At a time when the still-struggling economy could use the continued source of consumer spending that the housing sector has provided, that support is likely to be blunted, said William Dudley, speaking at Fordham University in New York on Sept. 23.
Noting that excess supply of housing is way down, while home prices and homebuilding are up, Dudley said that were it not for the dampening effect of rising rates, “the housing market could serve as a source of strength, as it has been doing.”
The fundamentals of the industry are good, Dudley said, with “further scope for gains in homebuilding.” Current housing starts of about 900,000 annually are, he said, “considerably below the rate consistent with the country’s underlying demographic trends and the expected long-run rate of household formation.” He added that, “housing starts should ultimately climb back to about a 1.5 million annualized rate.”
Lined up against these factors, though, are rising interest rates. “The increase in financing costs and the rise in home prices has made housing considerably less affordable than it was earlier in the year,” said Dudley.
“Data through mid-September generally indicate that the rise in rates has cut into the upward momentum of the housing sector,” he said.
Consumers are, in general, loath to spend, he said. “In July, for example, real personal consumption expenditures were flat, and it is unlikely that third quarter consumption growth will be much above a 2% annual rate.” Dudley linked this lack of enthusiasm for spending to the weak employment market, where “disposable income growth is below 2%.”
The economy, Dudley said, is caught in a bind: “Stronger consumption growth will require a pickup in income growth. But for income to rise, demand must increase.”
Hanging over this, and tied to the Federal Reserve Board’s monetary policy, is the widespread concern about the job market.
Dudley, who is vice chairman of the Federal Open Market Committee, the body within the Federal Reserve Board that sets monetary policy, explained the Fed’s previous week’s surprising decision to continue its bond purchases by saying there was still too little evidence of sustainable improvement in employment and growth in the economy.
“I was not willing to support a tapering,” he said. The result is the Fed will continue monthly purchases of $45 billion in long-term Treasury securities and $40 billion of agency mortgage-backed securities.
Though the unemployment rate has declined to 7.3% from 8.1% since bond purchases began last September, “this decline overstates the degree of improvement” in the job market, because only those actively looking for work are counted, said Dudley.
“In particular, it is still hard for those who are unemployed to find jobs. Currently, there are three unemployed workers per job opening, as opposed to an average of two during the period from 2003 to 2007.”
There is, he said, “a mythology in the U.S. that upward mobility is good, when it’s not nearly as good as we would like to believe.”
The New York Fed president said the economy is “slowly healing” but that “there remain a number of headwinds.” The result is that “we have yet to see any meaningful pickup in the economy’s forward momentum.”
Dudley pointed to this year’s payroll and income tax increases, along with the budget sequester, as sources of headwinds for the economy.
In response to a question about the brinkmanship on the debt ceiling in Washington, Dudley said that such uncertainty is sure to have an “inhibiting effect on what households and businesses will do with their money.”
Speaking of the inflation rate, which has been drifting downward the past two years, hitting 1.5% last month, Dudley said, “my outlook is for inflation to drift back toward our 2% objective over the medium term.

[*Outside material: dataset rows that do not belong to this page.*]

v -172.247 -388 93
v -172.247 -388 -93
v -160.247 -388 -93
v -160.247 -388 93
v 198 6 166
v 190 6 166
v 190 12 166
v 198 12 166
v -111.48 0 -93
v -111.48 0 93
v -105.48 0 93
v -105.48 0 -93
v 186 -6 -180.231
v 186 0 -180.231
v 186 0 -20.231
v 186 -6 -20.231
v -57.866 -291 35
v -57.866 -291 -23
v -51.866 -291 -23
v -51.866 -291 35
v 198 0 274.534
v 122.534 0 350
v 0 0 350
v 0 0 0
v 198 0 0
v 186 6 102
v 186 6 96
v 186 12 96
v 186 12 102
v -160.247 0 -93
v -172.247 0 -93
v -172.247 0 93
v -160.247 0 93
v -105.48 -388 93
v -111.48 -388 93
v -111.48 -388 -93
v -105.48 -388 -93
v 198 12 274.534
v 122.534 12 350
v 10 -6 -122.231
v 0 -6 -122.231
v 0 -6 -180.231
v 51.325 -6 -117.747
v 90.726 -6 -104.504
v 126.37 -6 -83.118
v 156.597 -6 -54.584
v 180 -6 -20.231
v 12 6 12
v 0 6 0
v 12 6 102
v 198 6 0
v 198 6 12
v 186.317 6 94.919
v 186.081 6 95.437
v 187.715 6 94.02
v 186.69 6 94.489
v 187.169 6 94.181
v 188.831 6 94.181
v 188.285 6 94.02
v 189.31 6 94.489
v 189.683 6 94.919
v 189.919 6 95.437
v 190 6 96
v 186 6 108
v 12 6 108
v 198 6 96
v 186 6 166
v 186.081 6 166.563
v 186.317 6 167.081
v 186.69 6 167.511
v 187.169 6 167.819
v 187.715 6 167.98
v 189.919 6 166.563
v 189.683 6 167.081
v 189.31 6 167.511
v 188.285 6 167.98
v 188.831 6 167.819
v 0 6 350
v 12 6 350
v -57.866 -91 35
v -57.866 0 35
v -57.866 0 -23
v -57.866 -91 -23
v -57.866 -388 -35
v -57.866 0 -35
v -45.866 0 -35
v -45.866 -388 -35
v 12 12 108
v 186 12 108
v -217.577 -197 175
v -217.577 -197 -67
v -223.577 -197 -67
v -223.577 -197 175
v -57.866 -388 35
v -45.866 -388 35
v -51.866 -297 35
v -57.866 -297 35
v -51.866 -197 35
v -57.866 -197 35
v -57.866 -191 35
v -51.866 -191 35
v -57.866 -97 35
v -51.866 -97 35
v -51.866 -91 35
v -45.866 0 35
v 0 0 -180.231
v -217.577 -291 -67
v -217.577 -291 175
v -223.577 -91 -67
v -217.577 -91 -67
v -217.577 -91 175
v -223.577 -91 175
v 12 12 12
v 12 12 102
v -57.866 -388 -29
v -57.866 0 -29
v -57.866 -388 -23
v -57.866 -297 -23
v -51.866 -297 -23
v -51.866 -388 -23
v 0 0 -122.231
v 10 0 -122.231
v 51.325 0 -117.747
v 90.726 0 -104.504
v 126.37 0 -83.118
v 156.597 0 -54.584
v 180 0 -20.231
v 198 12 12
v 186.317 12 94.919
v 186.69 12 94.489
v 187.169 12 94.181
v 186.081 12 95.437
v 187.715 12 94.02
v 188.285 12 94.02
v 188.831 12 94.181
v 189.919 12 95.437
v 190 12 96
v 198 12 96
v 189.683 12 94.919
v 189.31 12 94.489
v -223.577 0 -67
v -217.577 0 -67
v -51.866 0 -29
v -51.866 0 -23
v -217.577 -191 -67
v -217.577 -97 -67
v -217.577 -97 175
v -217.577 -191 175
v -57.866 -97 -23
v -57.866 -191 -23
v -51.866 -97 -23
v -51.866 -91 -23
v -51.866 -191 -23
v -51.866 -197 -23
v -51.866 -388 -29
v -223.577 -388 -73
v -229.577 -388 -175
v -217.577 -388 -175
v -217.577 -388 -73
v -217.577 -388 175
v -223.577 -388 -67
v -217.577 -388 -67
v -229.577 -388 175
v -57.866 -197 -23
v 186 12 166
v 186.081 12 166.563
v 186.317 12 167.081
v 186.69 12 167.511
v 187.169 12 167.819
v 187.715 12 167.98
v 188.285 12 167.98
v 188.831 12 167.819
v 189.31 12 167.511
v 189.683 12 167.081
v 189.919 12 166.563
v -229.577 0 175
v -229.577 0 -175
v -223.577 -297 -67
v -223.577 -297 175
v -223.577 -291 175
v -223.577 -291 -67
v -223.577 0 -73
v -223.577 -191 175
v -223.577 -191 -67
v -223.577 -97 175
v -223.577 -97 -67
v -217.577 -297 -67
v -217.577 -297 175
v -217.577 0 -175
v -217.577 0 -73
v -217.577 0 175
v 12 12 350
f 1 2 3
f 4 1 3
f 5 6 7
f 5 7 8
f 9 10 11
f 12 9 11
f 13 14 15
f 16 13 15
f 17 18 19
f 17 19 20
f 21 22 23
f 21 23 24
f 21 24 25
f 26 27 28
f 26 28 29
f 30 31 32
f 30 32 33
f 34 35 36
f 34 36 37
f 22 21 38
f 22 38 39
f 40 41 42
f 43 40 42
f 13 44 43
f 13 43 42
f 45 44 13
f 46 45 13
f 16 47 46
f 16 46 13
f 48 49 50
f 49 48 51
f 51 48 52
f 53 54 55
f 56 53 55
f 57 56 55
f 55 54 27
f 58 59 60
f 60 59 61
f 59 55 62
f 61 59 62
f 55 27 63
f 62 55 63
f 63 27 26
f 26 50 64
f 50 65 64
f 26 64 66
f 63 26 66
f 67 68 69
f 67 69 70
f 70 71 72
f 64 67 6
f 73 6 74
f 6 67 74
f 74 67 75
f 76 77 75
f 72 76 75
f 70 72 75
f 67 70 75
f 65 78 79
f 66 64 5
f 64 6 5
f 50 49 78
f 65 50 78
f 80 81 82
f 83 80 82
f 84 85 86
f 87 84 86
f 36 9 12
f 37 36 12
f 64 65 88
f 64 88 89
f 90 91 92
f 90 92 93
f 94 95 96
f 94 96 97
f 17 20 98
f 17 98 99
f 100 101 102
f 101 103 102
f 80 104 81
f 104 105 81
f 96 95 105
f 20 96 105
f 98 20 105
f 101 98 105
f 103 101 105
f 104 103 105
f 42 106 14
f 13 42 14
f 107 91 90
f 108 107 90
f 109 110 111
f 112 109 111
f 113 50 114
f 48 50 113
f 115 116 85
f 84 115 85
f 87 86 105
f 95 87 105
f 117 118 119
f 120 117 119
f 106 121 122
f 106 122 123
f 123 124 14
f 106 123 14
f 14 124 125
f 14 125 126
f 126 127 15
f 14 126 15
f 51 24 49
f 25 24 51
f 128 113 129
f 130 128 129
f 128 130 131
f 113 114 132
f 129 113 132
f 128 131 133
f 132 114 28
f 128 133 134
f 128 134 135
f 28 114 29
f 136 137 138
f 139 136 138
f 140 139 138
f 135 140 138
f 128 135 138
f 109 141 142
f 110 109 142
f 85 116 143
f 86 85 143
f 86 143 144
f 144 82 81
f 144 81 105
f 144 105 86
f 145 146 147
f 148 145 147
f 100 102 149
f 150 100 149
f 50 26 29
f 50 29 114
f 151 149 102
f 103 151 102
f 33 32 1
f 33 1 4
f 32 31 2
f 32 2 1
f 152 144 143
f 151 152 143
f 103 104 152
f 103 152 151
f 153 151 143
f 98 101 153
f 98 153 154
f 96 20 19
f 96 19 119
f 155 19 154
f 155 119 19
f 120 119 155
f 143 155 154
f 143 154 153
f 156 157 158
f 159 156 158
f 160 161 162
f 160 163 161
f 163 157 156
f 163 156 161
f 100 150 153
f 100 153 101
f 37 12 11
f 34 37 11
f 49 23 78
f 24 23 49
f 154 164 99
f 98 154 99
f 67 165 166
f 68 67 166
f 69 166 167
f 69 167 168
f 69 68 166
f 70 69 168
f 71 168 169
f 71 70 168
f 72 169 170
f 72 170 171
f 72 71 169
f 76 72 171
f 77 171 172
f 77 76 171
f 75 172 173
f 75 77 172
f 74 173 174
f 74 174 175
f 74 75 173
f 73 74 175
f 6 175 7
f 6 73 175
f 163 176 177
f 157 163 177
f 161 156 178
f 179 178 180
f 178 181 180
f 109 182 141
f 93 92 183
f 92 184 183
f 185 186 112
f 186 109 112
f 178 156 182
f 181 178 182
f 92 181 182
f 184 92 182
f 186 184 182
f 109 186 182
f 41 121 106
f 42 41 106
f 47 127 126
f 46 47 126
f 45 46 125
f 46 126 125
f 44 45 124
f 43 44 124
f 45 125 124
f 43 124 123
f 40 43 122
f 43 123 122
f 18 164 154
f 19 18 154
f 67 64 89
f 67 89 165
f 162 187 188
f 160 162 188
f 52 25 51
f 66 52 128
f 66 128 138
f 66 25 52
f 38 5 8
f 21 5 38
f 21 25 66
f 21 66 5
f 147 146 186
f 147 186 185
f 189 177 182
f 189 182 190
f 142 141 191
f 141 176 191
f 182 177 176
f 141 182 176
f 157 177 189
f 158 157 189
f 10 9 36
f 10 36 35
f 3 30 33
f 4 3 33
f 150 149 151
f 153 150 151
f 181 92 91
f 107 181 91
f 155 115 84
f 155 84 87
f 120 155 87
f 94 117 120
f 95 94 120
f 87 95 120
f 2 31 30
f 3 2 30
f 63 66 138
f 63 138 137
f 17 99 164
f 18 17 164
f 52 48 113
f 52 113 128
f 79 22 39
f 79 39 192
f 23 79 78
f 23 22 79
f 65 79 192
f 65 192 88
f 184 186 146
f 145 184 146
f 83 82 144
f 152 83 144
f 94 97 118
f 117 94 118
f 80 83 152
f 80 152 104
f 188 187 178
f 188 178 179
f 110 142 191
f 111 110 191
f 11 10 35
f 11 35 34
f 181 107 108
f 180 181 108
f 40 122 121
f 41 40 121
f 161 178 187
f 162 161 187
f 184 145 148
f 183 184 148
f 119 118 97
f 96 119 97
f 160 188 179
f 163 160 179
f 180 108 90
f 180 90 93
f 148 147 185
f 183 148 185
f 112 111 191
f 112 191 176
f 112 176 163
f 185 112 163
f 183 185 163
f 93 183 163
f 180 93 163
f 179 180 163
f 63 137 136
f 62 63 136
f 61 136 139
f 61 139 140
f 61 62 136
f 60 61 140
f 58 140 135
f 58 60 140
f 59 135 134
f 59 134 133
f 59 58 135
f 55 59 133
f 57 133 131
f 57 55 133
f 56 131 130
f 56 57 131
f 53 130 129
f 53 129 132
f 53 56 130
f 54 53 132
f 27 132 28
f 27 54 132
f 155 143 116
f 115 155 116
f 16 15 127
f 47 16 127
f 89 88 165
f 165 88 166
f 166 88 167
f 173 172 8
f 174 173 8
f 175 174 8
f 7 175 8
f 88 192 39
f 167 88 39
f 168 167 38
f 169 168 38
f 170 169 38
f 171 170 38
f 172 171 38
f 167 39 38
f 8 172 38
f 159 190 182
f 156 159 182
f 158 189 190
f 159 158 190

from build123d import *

# Parameters (mm, degrees)
F4_DEPTH  = 6
F5_DEPTH  = 12
F7_DEPTH  = 388
F6_W      = 6
F6_H      = 186
F6_W_2    = 12
F8_W      = 6
F8_H      = 242
F9_DEPTH  = 6
F10_W     = 6
F10_H     = 58
F11_DEPTH = 6
F13_DEPTH = 6


with BuildPart() as f4:
    # F3 (on Front) → F4 (new body)
    with BuildSketch(Plane.XZ):
        with BuildLine():
            Line((0, 350), (0, 0))
            Line((0, 0), (198, 0))
            Line((198, 0), (198, 12))
            Line((198, 12), (12, 12))
            Line((12, 12), (12, 102))
            Line((12, 102), (186, 102))
            Line((186, 102), (186, 96))
            ThreePointArc((186, 96), (188, 94), (190, 96))
            Line((190, 96), (198, 96))
            Line((198, 96), (198, 166))
            Line((198, 166), (190, 166))
            ThreePointArc((190, 166), (188, 168), (186, 166))
            Line((186, 166), (186, 108))
            Line((186, 108), (12, 108))
            Line((12, 108), (12, 350))
            Line((12, 350), (0, 350))
        make_face()
    extrude(amount=-F4_DEPTH)

    # F3 (on Front) → F5 (join)
    with BuildSketch(Plane.XZ):
        with BuildLine():
            Line((122.5340546095, 350), (12, 350))
            Line((12, 350), (12, 108))
            Line((12, 108), (186, 108))
            Line((186, 108), (186, 166))
            ThreePointArc((186, 166), (188, 168), (190, 166))
            Line((190, 166), (198, 166))
            Line((198, 166), (198, 274.5340546095))
            Line((198, 274.5340546095), (122.5340546095, 350))
        make_face()
        with BuildLine():
            Line((12, 12), (198, 12))
            Line((198, 12), (198, 96))
            Line((198, 96), (190, 96))
            ThreePointArc((190, 96), (188, 94), (186, 96))
            Line((186, 96), (186, 102))
            Line((186, 102), (12, 102))
            Line((12, 102), (12, 12))
        make_face()
    extrude(amount=-F5_DEPTH)


with BuildPart() as f7:
    # F6 (on Front) → F7 (new body)
    with BuildSketch(Plane.XZ):
        Polygon((-45.8658916792, 35), (-57.8658916792, 35), (-57.8658916792, -23), (-51.8658916792, -23), (-51.8658916792, -29), (-57.8658916792, -29), (-57.8658916792, -35), (-45.8658916792, -35), align=None)
    extrude(amount=F7_DEPTH)

    # F10 (on face) → F11 (cut)
    with BuildSketch(Plane(origin=(-57.8658916792, 0, 0), x_dir=(0, -1, 0), z_dir=(-1, 0, 0))):
        with Locations((194, 6)):
            Rectangle(F10_W, F10_H)
        with Locations((294, 6)):
            Rectangle(F10_W, F10_H)
        with Locations((94, 6)):
            Rectangle(F10_W, F10_H)
    extrude(amount=-F11_DEPTH, mode=Mode.SUBTRACT)


with BuildPart() as f7b:
    # F6 (on Front) → F7, piece 2 (new body)
    with BuildSketch(Plane.XZ):
        with Locations((-108.4803044796, 0)):
            Rectangle(F6_W, F6_H)
    extrude(amount=F7_DEPTH)


with BuildPart() as f7c:
    # F6 (on Front) → F7, piece 3 (new body)
    with BuildSketch(Plane.XZ):
        Polygon((-229.5767990351, -175), (-217.5767990351, -175), (-217.5767990351, -73), (-223.5767990351, -73), (-223.5767990351, -67), (-217.5767990351, -67), (-217.5767990351, 175), (-229.5767990351, 175), align=None)
    extrude(amount=F7_DEPTH)

    # F8 (on face) → F9 (cut)
    with BuildSketch(Plane.YZ.offset(-217.5767990351)):
        with Locations((-194, 54)):
            Rectangle(F8_W, F8_H)
        with Locations((-294, 54)):
            Rectangle(F8_W, F8_H)
        with Locations((-94, 54)):
            Rectangle(F8_W, F8_H)
    extrude(amount=-F9_DEPTH, mode=Mode.SUBTRACT)


with BuildPart() as f7d:
    # F6 (on Front) → F7, piece 4 (new body)
    with BuildSketch(Plane.XZ):
        with Locations((-166.2473380566, 0)):
            Rectangle(F6_W_2, F6_H)
    extrude(amount=F7_DEPTH)


with BuildPart() as f13:
    # F12 (on Front) → F13 (new body)
    with BuildSketch(Plane.XZ):
        with BuildLine():
            Line((10, -122.2314518392), (0, -122.2314518392))
            Line((0, -122.2314518392), (0, -180.2314518392))
            Line((0, -180.2314518392), (186, -180.2314518392))
            Line((186, -180.2314518392), (186, -20.2314518392))
            Line((186, -20.2314518392), (180, -20.2314518392))
            ThreePointArc((180, -20.2314518392), (109.1261822124, -94.7750888598), (10, -122.2314518392))
        make_face()
    extrude(amount=F13_DEPTH)


solid = Compound([f4.part, f7.part, f7b.part, f7c.part, f7d.part, f13.part])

However, much like the case of the real growth outlook, there is significant uncertainty around this forecast.”
As a general rule, he said, “we will push the economy along to help the labor market improve while we also keep an eye on inflation. It’s a balance.”
In a speech otherwise replete with cautions on the economic outlook, Dudley ended by saying: “As we move into 2014, the fiscal headwinds should abate somewhat. As that occurs, the improving underlying fundamentals of the economy should begin to dominate, pushing up the overall growth rate.”

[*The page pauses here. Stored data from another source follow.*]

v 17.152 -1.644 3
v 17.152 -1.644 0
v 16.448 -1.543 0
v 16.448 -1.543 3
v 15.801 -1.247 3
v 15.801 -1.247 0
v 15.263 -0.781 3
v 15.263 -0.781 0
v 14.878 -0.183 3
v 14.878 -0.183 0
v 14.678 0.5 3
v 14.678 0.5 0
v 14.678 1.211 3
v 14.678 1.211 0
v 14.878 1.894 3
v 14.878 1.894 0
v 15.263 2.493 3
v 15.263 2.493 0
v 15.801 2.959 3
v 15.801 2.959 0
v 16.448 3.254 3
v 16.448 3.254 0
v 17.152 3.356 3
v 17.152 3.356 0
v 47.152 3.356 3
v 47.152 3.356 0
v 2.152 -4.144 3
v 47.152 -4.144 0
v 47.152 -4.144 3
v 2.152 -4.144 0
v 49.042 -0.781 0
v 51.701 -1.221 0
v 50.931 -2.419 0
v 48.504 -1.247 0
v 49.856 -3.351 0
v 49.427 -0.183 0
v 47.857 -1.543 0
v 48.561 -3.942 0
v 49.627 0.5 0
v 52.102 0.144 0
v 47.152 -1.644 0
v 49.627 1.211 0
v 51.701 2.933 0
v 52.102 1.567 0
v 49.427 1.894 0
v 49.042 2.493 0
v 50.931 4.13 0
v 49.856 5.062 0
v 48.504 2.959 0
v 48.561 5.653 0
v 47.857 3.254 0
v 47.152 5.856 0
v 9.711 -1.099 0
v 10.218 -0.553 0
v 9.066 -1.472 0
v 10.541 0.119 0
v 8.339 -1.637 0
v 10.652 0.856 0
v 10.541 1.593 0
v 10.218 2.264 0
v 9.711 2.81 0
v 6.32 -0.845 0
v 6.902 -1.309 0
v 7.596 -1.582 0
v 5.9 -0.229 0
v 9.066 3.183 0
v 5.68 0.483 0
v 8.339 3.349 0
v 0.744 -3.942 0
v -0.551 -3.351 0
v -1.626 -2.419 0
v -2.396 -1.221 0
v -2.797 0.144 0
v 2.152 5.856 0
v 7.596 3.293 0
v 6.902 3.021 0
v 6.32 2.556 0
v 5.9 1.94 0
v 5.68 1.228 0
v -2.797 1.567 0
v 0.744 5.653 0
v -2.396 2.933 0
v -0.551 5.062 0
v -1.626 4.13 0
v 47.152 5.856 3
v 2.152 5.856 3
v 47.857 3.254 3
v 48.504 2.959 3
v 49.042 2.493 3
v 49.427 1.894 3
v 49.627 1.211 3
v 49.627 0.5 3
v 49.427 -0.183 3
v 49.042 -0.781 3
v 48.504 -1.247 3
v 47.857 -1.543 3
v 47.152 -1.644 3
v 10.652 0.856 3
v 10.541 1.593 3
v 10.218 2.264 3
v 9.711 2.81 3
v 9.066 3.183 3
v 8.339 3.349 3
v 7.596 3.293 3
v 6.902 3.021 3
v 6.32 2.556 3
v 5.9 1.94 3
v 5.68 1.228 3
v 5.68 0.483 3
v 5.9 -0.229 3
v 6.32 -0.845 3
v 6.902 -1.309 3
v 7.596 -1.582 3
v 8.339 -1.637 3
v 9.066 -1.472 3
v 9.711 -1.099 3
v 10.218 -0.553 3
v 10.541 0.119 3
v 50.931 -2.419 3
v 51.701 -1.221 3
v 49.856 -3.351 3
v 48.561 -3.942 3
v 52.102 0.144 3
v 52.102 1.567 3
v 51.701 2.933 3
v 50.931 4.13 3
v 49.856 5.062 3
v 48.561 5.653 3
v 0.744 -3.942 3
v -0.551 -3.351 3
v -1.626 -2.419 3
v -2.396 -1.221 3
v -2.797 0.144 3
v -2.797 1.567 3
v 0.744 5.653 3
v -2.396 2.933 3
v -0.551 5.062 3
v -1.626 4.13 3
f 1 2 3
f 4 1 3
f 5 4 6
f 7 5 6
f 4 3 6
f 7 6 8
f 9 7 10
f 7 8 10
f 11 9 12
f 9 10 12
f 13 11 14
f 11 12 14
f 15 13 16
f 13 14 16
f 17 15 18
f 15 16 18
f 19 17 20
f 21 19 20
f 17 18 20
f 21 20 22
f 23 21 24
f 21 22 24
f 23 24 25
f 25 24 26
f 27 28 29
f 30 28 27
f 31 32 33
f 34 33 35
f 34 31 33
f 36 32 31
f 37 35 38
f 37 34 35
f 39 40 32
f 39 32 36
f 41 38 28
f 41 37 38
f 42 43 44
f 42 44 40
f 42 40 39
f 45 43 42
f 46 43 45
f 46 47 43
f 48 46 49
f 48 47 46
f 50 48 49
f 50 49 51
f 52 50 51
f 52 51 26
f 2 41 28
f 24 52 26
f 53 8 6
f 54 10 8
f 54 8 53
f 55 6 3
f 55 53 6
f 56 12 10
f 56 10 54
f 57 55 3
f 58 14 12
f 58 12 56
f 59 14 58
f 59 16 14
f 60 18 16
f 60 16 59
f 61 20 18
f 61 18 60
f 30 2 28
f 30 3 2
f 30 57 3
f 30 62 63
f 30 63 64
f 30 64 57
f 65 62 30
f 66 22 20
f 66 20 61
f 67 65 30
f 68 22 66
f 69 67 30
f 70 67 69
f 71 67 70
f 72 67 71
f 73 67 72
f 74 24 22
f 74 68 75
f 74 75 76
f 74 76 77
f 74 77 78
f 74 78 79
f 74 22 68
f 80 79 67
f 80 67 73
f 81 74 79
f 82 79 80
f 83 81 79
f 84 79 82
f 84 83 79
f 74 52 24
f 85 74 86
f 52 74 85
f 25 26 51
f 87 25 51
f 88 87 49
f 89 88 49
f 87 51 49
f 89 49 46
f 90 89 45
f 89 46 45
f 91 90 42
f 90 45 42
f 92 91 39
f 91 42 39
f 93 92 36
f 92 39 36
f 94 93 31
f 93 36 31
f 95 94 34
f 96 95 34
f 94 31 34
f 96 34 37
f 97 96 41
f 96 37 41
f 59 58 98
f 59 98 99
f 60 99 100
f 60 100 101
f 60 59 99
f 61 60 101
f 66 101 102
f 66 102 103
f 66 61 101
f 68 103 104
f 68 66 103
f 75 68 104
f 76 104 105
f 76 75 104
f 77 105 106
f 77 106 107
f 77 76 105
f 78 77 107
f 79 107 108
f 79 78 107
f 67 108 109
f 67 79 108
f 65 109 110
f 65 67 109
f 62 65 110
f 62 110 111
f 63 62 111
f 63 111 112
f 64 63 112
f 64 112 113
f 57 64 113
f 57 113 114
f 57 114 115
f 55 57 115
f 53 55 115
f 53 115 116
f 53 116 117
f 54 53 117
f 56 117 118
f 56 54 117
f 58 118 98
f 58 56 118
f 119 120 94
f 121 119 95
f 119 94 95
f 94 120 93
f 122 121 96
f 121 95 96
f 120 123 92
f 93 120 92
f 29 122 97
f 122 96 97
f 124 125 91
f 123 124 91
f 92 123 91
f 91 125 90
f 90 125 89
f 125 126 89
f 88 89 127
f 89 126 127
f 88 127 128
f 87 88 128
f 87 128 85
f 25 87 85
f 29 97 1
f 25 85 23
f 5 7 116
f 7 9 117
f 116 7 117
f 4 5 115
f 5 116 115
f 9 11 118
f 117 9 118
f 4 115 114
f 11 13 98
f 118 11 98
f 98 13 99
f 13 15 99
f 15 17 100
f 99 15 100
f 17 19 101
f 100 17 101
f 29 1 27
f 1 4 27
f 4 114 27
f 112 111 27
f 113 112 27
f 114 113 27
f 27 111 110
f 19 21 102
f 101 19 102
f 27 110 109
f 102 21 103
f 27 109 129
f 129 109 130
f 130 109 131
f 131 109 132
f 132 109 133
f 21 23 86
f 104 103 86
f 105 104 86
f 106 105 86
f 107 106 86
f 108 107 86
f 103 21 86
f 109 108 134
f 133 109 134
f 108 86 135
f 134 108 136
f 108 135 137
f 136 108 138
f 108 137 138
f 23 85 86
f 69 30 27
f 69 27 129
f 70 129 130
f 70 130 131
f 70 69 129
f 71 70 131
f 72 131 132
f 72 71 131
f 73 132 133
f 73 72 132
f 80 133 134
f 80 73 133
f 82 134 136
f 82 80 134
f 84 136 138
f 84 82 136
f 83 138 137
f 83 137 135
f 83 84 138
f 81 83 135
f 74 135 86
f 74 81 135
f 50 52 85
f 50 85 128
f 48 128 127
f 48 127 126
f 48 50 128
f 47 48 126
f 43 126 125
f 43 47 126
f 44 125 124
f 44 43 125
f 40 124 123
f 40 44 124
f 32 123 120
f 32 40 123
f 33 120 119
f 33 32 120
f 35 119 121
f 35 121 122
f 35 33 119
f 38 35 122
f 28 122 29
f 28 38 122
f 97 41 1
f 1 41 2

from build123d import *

# Parameters (mm, degrees)
SKETCH2_R           = 2.5
BOSS_EXTRUDE1_DEPTH = 3


with BuildPart() as part:
    # Sketch2 → Boss-Extrude1 (new body)
    with BuildSketch(Plane.XY):
        with BuildLine():
            Line((2.152494721, 5.855657737), (47.152494721, 5.855657737))
            ThreePointArc((47.152494721, 5.855657737), (52.152494721, 0.855657737), (47.152494721, -4.144342263))
            Line((47.152494721, -4.144342263), (2.152494721, -4.144342263))
            ThreePointArc((2.152494721, -4.144342263), (-2.847505279, 0.855657737), (2.152494721, 5.855657737))
        make_face()
        with Locations((8.152494721, 0.855657737)):
            Circle(SKETCH2_R, mode=Mode.SUBTRACT)
        with BuildLine():
            Line((17.152494721, 3.355657737), (47.152494721, 3.355657737))
            ThreePointArc((47.152494721, 3.355657737), (49.652494721, 0.855657737), (47.152494721, -1.644342263))
            Line((47.152494721, -1.644342263), (17.152494721, -1.644342263))
            ThreePointArc((17.152494721, -1.644342263), (14.652494721, 0.855657737), (17.152494721, 3.355657737))
        make_face(mode=Mode.SUBTRACT)
    extrude(amount=BOSS_EXTRUDE1_DEPTH)


solid = part.part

Dudley used the occasion to announce that the New York Fed will be testing a tool called a fixed-rate, full-allotment overnight reverse repo facility. Admitting that the “name is a mouthful,” Dudley said the new tool would be “available to a broad range of counterparties, not just open to the primary dealers through which we have historically conducted our open market operations.” Being more widely available, he said, “should allow the Fed to tighten its control over money market rates” and is “likely to reduce the volatility of short-term interest rates.”